Your task: Using the data below, show every line where the word "Rectangle" occurs.

Source records
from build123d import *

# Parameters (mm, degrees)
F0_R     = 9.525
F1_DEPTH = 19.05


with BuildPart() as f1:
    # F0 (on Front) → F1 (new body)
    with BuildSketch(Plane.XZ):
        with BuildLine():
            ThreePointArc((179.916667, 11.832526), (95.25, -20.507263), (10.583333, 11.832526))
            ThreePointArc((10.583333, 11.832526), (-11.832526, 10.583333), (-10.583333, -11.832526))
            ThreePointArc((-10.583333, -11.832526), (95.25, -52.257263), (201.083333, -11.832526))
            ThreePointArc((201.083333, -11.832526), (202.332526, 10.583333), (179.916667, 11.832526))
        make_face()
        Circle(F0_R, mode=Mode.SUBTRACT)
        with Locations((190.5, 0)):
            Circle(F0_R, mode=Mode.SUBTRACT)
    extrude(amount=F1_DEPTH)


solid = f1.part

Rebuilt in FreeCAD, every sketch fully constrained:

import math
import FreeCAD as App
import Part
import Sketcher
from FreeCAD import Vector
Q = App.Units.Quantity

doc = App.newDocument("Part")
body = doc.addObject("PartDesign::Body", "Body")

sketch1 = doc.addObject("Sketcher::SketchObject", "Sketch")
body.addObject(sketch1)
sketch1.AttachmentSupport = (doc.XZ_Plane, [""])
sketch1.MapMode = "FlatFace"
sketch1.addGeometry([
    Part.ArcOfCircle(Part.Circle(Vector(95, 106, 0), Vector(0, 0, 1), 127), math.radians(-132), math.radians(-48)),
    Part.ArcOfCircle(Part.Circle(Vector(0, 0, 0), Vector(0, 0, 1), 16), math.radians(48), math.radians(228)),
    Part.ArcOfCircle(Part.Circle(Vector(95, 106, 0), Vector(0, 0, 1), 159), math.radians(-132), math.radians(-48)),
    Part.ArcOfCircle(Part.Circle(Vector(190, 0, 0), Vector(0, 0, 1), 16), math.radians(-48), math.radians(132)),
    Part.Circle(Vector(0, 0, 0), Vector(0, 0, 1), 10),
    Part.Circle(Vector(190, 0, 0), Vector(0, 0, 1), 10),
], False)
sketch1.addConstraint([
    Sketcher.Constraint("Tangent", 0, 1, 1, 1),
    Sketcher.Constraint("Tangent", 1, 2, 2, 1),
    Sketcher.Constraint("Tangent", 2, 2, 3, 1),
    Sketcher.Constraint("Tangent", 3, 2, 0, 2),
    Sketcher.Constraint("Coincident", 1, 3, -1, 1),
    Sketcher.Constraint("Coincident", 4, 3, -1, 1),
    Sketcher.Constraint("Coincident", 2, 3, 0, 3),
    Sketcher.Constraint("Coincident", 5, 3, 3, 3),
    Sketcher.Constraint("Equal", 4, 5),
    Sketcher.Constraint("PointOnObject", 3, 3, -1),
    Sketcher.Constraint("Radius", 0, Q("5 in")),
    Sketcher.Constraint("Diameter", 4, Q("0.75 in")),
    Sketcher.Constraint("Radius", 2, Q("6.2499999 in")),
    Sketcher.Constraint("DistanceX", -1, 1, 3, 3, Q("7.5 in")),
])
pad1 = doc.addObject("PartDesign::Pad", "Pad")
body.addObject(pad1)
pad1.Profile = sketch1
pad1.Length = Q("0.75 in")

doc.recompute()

--

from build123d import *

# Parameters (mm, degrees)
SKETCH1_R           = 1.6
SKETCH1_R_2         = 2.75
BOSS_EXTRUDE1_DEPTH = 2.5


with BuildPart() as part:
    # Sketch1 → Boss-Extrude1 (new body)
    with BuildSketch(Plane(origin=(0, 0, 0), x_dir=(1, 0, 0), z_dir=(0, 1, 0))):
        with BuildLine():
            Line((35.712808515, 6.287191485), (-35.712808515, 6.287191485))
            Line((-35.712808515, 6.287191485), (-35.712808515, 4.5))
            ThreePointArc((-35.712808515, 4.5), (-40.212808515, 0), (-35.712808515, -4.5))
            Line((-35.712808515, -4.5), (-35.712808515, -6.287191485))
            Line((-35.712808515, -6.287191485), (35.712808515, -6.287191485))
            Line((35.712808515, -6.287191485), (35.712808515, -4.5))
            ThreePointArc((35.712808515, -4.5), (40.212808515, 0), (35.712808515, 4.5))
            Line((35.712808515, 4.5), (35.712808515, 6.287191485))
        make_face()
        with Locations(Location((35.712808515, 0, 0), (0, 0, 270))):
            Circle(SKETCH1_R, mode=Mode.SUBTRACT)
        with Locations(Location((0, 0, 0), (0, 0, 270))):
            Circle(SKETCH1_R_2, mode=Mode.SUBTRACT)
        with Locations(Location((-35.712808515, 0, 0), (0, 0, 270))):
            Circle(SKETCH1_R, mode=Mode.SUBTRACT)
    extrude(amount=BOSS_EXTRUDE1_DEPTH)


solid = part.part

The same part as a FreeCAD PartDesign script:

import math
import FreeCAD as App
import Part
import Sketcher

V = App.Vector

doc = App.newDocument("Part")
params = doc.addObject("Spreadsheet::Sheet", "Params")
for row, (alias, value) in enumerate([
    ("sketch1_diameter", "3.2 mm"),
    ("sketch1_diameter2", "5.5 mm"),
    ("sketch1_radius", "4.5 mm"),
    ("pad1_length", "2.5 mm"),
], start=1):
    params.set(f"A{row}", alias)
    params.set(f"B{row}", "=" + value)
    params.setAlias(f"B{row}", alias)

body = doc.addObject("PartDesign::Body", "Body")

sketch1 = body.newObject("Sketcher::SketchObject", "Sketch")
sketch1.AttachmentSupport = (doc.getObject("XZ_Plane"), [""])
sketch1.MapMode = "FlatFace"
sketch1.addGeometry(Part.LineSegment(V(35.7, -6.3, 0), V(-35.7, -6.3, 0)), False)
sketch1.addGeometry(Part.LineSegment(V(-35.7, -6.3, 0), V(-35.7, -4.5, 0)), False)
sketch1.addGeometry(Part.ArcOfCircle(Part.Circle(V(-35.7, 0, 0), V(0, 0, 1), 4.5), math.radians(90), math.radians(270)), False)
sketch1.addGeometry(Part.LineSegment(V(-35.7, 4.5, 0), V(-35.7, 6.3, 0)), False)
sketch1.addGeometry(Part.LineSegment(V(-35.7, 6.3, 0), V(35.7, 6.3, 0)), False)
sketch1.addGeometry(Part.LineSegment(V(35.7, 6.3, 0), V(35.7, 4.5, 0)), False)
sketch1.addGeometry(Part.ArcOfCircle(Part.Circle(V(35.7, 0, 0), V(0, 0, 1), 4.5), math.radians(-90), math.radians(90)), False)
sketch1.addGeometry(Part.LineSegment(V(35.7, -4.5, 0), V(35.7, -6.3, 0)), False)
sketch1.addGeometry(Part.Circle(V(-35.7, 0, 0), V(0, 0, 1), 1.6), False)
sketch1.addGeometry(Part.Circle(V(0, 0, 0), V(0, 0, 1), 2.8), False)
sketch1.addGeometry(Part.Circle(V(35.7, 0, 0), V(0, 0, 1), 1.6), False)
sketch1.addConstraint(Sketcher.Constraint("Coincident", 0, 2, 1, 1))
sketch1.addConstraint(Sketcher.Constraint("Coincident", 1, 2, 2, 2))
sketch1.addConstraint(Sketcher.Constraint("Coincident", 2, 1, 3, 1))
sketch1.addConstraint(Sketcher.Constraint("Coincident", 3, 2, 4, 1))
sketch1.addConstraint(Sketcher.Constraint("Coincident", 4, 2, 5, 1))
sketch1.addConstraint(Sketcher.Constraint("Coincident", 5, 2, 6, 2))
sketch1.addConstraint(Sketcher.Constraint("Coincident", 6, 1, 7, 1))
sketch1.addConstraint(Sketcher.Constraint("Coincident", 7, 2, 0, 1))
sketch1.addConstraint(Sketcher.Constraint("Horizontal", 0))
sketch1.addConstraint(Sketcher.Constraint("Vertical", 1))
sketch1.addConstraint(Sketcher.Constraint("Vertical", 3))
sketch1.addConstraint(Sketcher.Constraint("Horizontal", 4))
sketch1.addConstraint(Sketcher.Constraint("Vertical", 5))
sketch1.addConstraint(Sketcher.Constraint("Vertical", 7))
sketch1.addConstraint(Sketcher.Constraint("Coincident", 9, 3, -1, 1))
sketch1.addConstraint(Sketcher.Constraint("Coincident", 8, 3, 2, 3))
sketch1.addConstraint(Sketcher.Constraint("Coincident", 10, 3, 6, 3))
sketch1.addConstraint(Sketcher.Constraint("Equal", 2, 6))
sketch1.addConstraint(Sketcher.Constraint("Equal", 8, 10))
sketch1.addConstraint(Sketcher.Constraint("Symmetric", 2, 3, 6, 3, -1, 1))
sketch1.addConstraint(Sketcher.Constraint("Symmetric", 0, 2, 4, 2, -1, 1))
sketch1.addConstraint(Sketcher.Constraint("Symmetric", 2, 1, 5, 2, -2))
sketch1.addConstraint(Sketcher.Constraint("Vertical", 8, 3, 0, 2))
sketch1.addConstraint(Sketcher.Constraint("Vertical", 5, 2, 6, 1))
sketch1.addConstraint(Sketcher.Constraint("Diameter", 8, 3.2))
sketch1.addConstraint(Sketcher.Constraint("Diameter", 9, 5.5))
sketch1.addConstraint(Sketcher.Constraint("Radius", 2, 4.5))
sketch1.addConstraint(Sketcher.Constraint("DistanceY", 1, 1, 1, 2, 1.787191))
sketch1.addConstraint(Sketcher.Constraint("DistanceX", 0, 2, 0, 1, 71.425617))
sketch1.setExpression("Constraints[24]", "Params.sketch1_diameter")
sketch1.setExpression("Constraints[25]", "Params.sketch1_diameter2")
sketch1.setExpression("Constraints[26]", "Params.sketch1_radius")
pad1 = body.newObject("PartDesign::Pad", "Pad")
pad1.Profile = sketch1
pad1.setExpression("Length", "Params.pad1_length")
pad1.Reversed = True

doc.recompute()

---

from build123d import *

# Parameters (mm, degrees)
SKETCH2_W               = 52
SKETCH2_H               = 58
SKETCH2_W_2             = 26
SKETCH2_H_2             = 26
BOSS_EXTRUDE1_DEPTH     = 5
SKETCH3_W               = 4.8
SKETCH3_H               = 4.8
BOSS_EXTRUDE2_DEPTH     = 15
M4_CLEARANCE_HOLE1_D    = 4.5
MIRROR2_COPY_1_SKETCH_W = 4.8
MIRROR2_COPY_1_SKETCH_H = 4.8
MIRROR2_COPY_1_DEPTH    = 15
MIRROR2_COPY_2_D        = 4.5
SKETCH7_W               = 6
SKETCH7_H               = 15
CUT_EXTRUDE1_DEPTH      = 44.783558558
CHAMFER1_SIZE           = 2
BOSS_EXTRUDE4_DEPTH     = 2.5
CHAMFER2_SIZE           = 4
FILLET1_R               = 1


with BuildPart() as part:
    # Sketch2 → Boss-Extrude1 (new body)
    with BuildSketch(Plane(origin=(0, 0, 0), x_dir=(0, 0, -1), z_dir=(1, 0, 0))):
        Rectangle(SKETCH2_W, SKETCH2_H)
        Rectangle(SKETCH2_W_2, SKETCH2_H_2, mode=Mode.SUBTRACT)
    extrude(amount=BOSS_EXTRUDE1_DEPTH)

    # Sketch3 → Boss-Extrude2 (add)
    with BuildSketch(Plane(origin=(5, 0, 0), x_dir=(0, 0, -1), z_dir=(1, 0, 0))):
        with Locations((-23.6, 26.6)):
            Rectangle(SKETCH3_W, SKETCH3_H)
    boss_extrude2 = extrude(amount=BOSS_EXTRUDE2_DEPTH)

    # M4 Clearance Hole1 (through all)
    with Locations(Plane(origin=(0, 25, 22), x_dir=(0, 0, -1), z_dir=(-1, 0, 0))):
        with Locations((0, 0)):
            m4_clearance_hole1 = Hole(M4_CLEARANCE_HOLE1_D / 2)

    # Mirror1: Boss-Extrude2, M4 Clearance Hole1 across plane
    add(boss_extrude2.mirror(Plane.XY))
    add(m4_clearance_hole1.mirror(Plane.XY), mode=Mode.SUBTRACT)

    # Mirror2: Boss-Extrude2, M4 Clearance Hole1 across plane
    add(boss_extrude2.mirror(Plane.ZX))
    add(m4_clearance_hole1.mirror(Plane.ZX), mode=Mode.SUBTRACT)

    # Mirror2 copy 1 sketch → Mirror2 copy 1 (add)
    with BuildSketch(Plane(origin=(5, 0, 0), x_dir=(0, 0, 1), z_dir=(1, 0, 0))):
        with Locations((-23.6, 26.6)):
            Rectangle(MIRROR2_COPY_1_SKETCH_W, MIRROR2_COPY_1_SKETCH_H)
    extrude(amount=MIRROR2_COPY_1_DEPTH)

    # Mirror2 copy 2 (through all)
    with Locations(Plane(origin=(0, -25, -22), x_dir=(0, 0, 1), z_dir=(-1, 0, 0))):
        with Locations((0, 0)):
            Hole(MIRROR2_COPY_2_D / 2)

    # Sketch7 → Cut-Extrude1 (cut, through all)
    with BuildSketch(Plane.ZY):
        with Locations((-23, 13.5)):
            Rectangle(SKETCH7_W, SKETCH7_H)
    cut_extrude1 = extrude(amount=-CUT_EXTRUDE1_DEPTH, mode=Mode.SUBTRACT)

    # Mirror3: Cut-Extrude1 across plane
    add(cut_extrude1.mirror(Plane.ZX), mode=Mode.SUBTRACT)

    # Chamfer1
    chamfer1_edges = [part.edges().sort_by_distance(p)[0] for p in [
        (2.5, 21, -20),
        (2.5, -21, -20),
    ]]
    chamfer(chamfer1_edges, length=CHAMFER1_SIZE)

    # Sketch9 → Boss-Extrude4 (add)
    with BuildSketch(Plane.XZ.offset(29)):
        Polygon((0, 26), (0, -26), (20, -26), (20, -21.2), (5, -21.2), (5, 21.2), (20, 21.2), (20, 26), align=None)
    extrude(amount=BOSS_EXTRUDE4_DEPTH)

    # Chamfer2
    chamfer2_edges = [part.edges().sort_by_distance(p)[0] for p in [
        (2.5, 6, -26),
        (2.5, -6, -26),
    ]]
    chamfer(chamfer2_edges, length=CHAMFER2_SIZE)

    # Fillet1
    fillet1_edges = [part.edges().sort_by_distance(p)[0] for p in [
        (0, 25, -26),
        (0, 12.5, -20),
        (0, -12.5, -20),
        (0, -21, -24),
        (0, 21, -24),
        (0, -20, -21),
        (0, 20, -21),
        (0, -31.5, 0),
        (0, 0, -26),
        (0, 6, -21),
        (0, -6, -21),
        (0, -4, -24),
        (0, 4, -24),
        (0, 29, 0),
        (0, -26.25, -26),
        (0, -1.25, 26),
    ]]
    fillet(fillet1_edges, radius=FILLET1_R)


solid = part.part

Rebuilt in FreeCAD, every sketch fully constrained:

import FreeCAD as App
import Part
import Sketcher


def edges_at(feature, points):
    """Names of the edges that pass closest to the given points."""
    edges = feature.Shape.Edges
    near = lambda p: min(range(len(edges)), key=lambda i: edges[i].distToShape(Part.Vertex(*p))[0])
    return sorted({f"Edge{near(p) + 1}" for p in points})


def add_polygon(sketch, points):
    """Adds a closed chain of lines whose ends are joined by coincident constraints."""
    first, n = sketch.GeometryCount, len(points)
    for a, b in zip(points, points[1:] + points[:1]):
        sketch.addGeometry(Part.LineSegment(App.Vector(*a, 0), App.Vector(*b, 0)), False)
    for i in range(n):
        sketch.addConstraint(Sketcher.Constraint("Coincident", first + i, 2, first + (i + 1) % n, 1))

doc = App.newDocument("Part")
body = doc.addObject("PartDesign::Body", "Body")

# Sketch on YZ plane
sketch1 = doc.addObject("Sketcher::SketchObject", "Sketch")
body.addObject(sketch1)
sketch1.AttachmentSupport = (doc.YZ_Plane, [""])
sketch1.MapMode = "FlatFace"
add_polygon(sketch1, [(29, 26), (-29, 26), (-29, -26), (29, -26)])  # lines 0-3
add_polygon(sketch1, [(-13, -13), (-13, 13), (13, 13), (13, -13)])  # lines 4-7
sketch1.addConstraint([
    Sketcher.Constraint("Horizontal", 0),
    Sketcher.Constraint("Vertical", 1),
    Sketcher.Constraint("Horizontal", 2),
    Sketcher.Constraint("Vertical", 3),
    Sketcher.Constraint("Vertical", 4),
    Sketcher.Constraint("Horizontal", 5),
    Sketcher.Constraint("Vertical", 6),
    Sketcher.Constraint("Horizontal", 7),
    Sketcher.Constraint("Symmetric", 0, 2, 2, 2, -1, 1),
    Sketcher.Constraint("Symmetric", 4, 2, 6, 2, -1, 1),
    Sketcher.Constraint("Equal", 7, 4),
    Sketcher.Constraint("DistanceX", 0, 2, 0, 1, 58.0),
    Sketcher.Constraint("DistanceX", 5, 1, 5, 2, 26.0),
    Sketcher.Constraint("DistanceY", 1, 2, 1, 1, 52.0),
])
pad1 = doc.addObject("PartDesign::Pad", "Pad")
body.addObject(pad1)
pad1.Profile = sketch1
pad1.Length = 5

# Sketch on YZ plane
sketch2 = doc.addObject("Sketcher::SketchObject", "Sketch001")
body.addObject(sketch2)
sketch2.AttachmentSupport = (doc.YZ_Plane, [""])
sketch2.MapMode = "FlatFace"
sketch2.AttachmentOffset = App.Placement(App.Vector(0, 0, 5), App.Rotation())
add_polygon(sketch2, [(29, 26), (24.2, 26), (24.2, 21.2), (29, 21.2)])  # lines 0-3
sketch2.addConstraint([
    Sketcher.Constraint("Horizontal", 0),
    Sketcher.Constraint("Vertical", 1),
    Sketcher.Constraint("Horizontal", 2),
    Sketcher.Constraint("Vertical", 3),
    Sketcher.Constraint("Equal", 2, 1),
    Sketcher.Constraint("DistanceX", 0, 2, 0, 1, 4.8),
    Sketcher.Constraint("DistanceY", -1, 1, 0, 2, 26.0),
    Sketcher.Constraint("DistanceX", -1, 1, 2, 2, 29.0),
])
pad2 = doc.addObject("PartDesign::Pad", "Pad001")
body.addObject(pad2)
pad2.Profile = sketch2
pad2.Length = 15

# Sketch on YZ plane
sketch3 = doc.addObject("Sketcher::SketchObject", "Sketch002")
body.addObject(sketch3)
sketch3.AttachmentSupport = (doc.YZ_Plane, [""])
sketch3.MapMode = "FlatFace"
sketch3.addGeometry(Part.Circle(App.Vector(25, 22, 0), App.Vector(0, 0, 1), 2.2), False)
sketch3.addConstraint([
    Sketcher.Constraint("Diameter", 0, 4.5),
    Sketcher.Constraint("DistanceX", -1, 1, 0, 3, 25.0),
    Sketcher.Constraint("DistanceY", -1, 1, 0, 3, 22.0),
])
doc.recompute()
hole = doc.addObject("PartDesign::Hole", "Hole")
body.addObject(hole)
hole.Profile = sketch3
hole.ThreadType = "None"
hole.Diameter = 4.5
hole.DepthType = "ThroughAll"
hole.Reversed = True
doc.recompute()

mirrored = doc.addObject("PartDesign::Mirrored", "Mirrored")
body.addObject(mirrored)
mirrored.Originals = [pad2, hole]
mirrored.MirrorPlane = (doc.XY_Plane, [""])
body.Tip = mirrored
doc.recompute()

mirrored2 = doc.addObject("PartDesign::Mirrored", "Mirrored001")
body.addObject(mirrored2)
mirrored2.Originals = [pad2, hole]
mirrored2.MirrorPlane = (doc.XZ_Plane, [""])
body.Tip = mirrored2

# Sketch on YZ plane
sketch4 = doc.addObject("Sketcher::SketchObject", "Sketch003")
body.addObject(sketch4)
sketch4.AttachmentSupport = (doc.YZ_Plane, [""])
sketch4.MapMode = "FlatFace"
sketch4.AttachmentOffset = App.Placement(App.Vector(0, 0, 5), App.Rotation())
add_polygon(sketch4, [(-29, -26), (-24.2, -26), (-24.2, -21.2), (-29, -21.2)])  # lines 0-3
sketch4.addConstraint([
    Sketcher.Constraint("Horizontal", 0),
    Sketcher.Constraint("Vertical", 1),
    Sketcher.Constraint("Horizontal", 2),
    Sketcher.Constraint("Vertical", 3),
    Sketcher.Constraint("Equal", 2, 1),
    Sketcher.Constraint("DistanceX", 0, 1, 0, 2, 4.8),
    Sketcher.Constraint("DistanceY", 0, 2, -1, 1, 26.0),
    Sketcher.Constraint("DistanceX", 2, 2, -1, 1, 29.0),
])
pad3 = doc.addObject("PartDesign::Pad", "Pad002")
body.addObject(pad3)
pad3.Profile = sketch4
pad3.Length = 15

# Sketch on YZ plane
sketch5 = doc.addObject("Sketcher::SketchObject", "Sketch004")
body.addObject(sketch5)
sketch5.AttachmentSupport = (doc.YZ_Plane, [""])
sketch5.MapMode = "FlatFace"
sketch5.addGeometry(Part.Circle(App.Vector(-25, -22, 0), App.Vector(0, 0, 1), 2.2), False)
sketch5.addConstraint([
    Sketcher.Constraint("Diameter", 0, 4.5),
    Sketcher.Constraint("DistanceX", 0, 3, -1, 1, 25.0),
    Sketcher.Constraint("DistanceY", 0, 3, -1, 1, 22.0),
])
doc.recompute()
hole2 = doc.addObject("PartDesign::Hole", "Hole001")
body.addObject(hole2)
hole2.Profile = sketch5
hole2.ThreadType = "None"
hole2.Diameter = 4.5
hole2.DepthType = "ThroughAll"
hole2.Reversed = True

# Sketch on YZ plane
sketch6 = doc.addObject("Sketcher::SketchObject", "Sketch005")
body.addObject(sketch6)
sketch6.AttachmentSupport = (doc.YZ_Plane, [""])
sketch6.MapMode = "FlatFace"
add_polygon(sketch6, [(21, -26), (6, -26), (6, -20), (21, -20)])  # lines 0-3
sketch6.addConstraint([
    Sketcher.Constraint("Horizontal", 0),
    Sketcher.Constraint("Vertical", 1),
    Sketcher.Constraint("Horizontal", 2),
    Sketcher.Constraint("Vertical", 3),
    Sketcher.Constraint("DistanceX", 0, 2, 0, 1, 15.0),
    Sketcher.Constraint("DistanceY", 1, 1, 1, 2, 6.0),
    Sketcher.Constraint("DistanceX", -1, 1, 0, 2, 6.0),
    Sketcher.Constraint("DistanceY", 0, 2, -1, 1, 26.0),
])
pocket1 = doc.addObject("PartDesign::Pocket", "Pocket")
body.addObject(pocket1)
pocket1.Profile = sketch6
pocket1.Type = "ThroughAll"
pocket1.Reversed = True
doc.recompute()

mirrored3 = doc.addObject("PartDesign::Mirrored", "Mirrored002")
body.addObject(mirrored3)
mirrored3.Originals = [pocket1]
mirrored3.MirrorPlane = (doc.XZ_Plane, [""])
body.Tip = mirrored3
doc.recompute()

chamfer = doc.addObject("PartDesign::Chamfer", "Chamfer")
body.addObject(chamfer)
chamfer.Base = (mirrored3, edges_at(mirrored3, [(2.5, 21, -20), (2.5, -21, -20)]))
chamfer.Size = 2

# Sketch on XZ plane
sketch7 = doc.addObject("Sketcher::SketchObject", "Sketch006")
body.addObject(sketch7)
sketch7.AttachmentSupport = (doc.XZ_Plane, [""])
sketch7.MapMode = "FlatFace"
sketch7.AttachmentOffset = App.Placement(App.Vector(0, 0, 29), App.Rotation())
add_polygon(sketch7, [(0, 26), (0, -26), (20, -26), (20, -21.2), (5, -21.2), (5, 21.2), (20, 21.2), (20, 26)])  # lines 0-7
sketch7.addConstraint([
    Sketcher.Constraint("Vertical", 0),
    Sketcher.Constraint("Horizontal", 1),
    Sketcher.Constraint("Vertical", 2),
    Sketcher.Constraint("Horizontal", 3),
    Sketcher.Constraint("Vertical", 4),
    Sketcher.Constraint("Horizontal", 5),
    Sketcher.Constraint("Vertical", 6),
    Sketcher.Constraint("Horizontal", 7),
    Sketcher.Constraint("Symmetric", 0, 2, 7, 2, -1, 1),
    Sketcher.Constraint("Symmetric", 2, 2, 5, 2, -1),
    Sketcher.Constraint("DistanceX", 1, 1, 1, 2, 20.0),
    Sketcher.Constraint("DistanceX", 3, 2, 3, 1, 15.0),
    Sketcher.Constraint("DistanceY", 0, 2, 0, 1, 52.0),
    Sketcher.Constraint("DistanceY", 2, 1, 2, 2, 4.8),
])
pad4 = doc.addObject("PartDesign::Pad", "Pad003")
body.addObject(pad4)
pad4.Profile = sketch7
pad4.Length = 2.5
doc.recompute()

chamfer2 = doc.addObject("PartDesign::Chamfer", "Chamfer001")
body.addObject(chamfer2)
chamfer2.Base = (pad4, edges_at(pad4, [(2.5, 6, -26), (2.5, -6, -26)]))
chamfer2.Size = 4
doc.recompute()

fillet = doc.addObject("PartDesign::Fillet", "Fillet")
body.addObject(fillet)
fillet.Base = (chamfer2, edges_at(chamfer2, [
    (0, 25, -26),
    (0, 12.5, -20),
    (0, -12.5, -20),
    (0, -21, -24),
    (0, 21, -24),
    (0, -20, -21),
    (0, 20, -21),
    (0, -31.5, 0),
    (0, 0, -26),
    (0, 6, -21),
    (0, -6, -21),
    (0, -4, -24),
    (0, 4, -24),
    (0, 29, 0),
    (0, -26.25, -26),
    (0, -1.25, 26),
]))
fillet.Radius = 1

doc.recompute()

Response to this task:
        Rectangle(SKETCH2_W, SKETCH2_H)
        Rectangle(SKETCH2_W_2, SKETCH2_H_2, mode=Mode.SUBTRACT)
            Rectangle(SKETCH3_W, SKETCH3_H)
            Rectangle(MIRROR2_COPY_1_SKETCH_W, MIRROR2_COPY_1_SKETCH_H)
            Rectangle(SKETCH7_W, SKETCH7_H)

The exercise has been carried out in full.